Warga Suku Kalang konon memiliki kesaktian lebih yang mengarah pada hal-hal berbau mistis. Mereka diyakini dapat memindahkan batu besar secara gaib dan tetap diam saat bekerja alias tidak bersuara atau membisu.
Meski demikian, tidak semua Wong Kalang memiliki kemampuan tersebut. Hanya beberapa orang saja yang memiliki kesaktian lebih.
Kelompok inilah yang kemudian dipilih sebagai tentara Majapahit dalam upaya penyerangan ke Kalimantan.
Dalam peperangan klenik itu, Suku Kalang mendapat kemenangan dalam menghadapi Suku Dayak yang dikenal memiliki ilmu lebih dalam hal-hal gaib.
Kemenangan itu membuat tentara Suku Kalang sempat diangkat menjadi perwira Majapahit. Akan tetapi perilaku mereka yang cenderung liar dan aneh (tidak seperti manusia Jawa pada umumnya) membuat jabatan itu dicopot.
BACA JUGA:Kampung Purba Peninggalan Zaman Megalitikum di Jawa Jadi Sejarah Pemujaan Peninggalan Nenek Moyang
Kelas sosial mereka berada di bawah selayaknya kaum sudra yang mengerjakan berbagai pekerjaan kasar.
Akan tetapi, setelah kerajaan Hindu-Budha di Indonesia runtuh, warga Suku Kalang mulai hidup berbaur dengan masyarakat umum.
Sayangnya sejak saat itu mereka malah menderita karena selalu menjadi sasaran perampokan. Sebab, orang-orang dari Suku Kalang dikenal ulet dalam bekerja, sehingga cukup berada dalam hal finansial.
Seiring berjalannya waktu, kehidupan keturunan Wong Kalang Berubah. Kini mereka hidup berbaur dengan masyarakat Jawa.
Ada mitos yang menyebutkan, pertama dikemukakan oleh Mitsuo Nakamura pada 1983. Antropolog Jepang itu mengatakan bahwa orang-orang Kalang dulunya adalah tawanan yang ditangkap oleh Sultan Agung dari ekspedisinya di Bali pada awal abad 17.
Mereka dipercaya merupakan keturunan dari kera dan seorang putri, sehingga memiliki ekor pendek serupa kera.
Juga ada mitos lain, Suku Kalang juga dianggap keturunan anjing.
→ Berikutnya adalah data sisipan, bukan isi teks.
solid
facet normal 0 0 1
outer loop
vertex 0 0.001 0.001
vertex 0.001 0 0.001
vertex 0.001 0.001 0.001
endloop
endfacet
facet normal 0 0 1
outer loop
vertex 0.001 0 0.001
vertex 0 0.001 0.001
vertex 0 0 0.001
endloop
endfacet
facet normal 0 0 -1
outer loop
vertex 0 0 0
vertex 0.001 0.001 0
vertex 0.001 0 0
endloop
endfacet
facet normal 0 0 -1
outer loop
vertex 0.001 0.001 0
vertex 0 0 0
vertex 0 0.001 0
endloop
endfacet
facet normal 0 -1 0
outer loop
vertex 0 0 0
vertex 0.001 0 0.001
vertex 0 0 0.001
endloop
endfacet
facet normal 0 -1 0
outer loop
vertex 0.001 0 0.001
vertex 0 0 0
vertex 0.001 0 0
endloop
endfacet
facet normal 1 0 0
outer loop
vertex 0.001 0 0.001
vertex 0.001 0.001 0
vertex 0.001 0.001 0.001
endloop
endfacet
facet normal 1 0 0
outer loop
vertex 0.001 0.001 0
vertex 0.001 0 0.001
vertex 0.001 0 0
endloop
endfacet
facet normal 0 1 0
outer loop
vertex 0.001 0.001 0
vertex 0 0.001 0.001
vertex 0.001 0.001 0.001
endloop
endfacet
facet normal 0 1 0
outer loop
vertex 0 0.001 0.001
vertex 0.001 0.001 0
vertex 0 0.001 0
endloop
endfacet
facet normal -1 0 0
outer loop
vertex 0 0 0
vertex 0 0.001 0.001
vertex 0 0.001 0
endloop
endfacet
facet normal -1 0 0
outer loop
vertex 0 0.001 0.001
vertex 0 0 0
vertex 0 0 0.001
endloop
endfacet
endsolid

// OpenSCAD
// t_smoke — proves the assert gate itself works.
//
// Tests are assert-only and must end in a sentinel cube: a file that emits no
// geometry exits 1 under `-o *.stl`, which would look like a test failure.
// Always render tests to .stl, never .csg -- with -o *.csg a FAILING assert
// exits 0, so a .csg gate reports every broken test as green. See AGENTS.md.

// The rule that replaces acos() everywhere (docs/developer/history.md §3).
function turn(a, b) = atan2(norm(cross(a, b)), a *b);

assert(abs(turn([ 1, 0, 0 ], [ 0, 1, 0 ]) - 90) < 1e-9, "turn(): orthogonal vectors must give 90 degrees");
assert(abs(turn([ 1, 0, 0 ], [ 1, 0, 0 ])) < 1e-9, "turn(): identical vectors must give 0 degrees");
assert(abs(turn([ 1, 0, 0 ], [ -1, 0, 0 ]) - 180) < 1e-9, "turn(): opposed vectors must give 180 degrees");

// The specific failure this rule exists to prevent: acos() NaNs when float error
// pushes its argument past 1.0, which is the near-collinear waypoint case.
// OpenSCAD 2021.01 has no is_nan(); the idioms that DO work here are
// `is_num(x)` (false for nan, true for inf) and `x == x` (false for nan only).
nearly = [ 1, 1e-9, 0 ];
assert(is_num(turn([ 1, 0, 0 ], nearly)), "turn(): must not NaN on near-collinear vectors");
assert(!is_num(acos(1.0000001)), "acos() past 1.0 is nan on 2021.01 -- this is why turn() exists");

// Exact developed length of the worked elbow (docs/reference/ir.md): 35 + quarter-arc + 35.
len_expected = 35 + (90 / 360) * 2 * PI * 15 + 35;
assert(abs(len_expected - 93.5619449019) < 1e-9, "worked elbow developed length");

cube(0.001); // sentinel -- see header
Orang Jawa memiliki anggapan yang berbau takhayul bahwa Wong Kalang merupakan anak hasil perkawinan antara seorang perempuan dengan seekor anjing.
Anggapan itu sebenarnya juga bukan terbentuk dengan sendirinya. Dalam Gegumbregan Gegalungan, upacara yang sekarang sudah jarang dilakukan oleh masyarakat Kalang, terlihat sekali ekspresi dan simbolisasi gerakan yang meniru perilaku anjing.